# Possible New 240 Owner



## TxtC27 (Apr 12, 2010)

:newbie:
Ok, so, while my friends and I were looking on Craigslist for cars for the 24 Hours of Lemons, I started looking into a side project for myself, and came across a few 240s. I've been looking mostly at SR20DET and RB25DET swapped ones because I'm shooting for a turbo car. Right now, I have three main possibilities.
1) Built SR20DET swapped S14 in Dallas for 4900.
2) Somewhat built and modded S13 with an RB25DET swap in Ft Worth for 6000, needs a front passenger fender and a paint job.
3) RB25DET swapped S13 in San Angelo for 4475, front bumper looks a bit messed up, but everything else looks good. Comes with Sportmax wheels and bolt ons.
So, my questions are;
What are the advantages and disadvantages of each motor?
What should I look for if and when I go to look at these cars?
And, any extra advice for a noob to Nissans?


----------



## rogoman (Dec 16, 2004)

Since all three are swaps, you need to make sure that the cars start up easily, idle smooth, accelerate good, go into full boost reliably. Just check for the obvious things like oil burning, engine knocks, suspension noise, poor handing. Both the RB and the SR are good motors.


----------



## TxtC27 (Apr 12, 2010)

Awesome, thanks!
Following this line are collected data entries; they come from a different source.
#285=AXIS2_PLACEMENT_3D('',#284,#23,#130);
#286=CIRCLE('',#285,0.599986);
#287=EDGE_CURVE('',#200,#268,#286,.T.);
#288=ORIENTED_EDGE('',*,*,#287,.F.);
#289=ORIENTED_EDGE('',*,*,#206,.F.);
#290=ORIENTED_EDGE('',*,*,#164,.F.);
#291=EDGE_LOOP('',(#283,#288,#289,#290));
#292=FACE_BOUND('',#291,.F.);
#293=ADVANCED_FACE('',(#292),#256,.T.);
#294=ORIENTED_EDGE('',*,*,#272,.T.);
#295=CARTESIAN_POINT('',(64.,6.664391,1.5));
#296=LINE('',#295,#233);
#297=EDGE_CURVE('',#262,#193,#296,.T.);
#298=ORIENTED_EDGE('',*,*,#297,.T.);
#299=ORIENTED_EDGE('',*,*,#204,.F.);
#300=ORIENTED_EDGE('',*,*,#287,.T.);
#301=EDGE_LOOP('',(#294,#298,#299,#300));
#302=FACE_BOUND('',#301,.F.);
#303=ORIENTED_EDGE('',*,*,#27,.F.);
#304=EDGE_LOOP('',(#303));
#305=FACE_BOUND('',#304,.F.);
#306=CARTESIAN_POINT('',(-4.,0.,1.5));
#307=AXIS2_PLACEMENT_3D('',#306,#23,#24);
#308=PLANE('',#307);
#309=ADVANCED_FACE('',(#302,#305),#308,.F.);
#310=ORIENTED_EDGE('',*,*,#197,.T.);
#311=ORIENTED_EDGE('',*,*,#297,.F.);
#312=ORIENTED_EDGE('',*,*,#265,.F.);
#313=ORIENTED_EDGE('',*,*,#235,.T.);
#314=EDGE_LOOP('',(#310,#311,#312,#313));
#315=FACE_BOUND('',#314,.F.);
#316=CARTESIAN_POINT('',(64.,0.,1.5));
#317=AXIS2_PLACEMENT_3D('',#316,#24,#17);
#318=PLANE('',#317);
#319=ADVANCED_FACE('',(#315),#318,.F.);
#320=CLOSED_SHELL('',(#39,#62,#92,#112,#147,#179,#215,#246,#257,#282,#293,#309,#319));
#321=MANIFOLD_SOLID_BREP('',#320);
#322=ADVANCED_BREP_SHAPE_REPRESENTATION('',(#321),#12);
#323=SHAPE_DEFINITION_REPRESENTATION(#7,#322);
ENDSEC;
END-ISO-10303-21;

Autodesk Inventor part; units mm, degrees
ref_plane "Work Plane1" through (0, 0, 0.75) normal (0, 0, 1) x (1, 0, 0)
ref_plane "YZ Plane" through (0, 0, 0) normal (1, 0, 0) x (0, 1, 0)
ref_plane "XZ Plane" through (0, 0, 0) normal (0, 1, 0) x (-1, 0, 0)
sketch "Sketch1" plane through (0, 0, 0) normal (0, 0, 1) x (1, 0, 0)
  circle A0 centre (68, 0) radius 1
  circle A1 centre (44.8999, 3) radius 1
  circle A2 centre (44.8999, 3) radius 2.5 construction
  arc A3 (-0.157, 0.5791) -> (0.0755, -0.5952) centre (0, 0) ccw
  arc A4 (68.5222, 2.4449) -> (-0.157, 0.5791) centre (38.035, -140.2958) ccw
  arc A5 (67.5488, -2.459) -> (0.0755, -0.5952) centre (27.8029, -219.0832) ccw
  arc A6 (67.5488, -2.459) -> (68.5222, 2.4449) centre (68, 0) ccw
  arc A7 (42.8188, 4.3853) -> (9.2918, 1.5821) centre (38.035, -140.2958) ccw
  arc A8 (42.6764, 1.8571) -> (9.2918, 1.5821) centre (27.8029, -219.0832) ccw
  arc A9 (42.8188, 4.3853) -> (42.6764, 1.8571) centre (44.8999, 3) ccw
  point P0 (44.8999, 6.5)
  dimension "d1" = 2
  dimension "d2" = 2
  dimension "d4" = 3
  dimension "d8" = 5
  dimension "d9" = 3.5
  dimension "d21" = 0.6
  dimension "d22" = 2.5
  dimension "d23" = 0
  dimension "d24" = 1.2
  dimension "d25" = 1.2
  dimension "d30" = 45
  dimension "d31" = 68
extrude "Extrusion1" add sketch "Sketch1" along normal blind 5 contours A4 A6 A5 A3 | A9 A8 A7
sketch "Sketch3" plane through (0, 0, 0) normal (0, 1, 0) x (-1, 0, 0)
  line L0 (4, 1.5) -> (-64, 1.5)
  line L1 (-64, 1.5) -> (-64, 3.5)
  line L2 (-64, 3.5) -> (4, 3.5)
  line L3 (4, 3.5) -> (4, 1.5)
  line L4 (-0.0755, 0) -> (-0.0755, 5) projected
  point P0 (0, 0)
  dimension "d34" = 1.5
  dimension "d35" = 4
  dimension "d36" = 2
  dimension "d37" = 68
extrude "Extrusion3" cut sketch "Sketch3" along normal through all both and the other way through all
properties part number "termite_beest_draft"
I really want to go for one of the RB's, but the more affordable one is 4 and a half hours away. :-/ But I've dug up several SR20s around my area, so we'll see what ends up happening.


----------



## idwi (Apr 1, 2010)

Personally if you could get the RB25DET, you will feel the power ;D, i love mines its simply awesome!


----------



## TxtC27 (Apr 12, 2010)

I would absolutely love to have the RB25, but it's at the very top of my price range. :-/


----------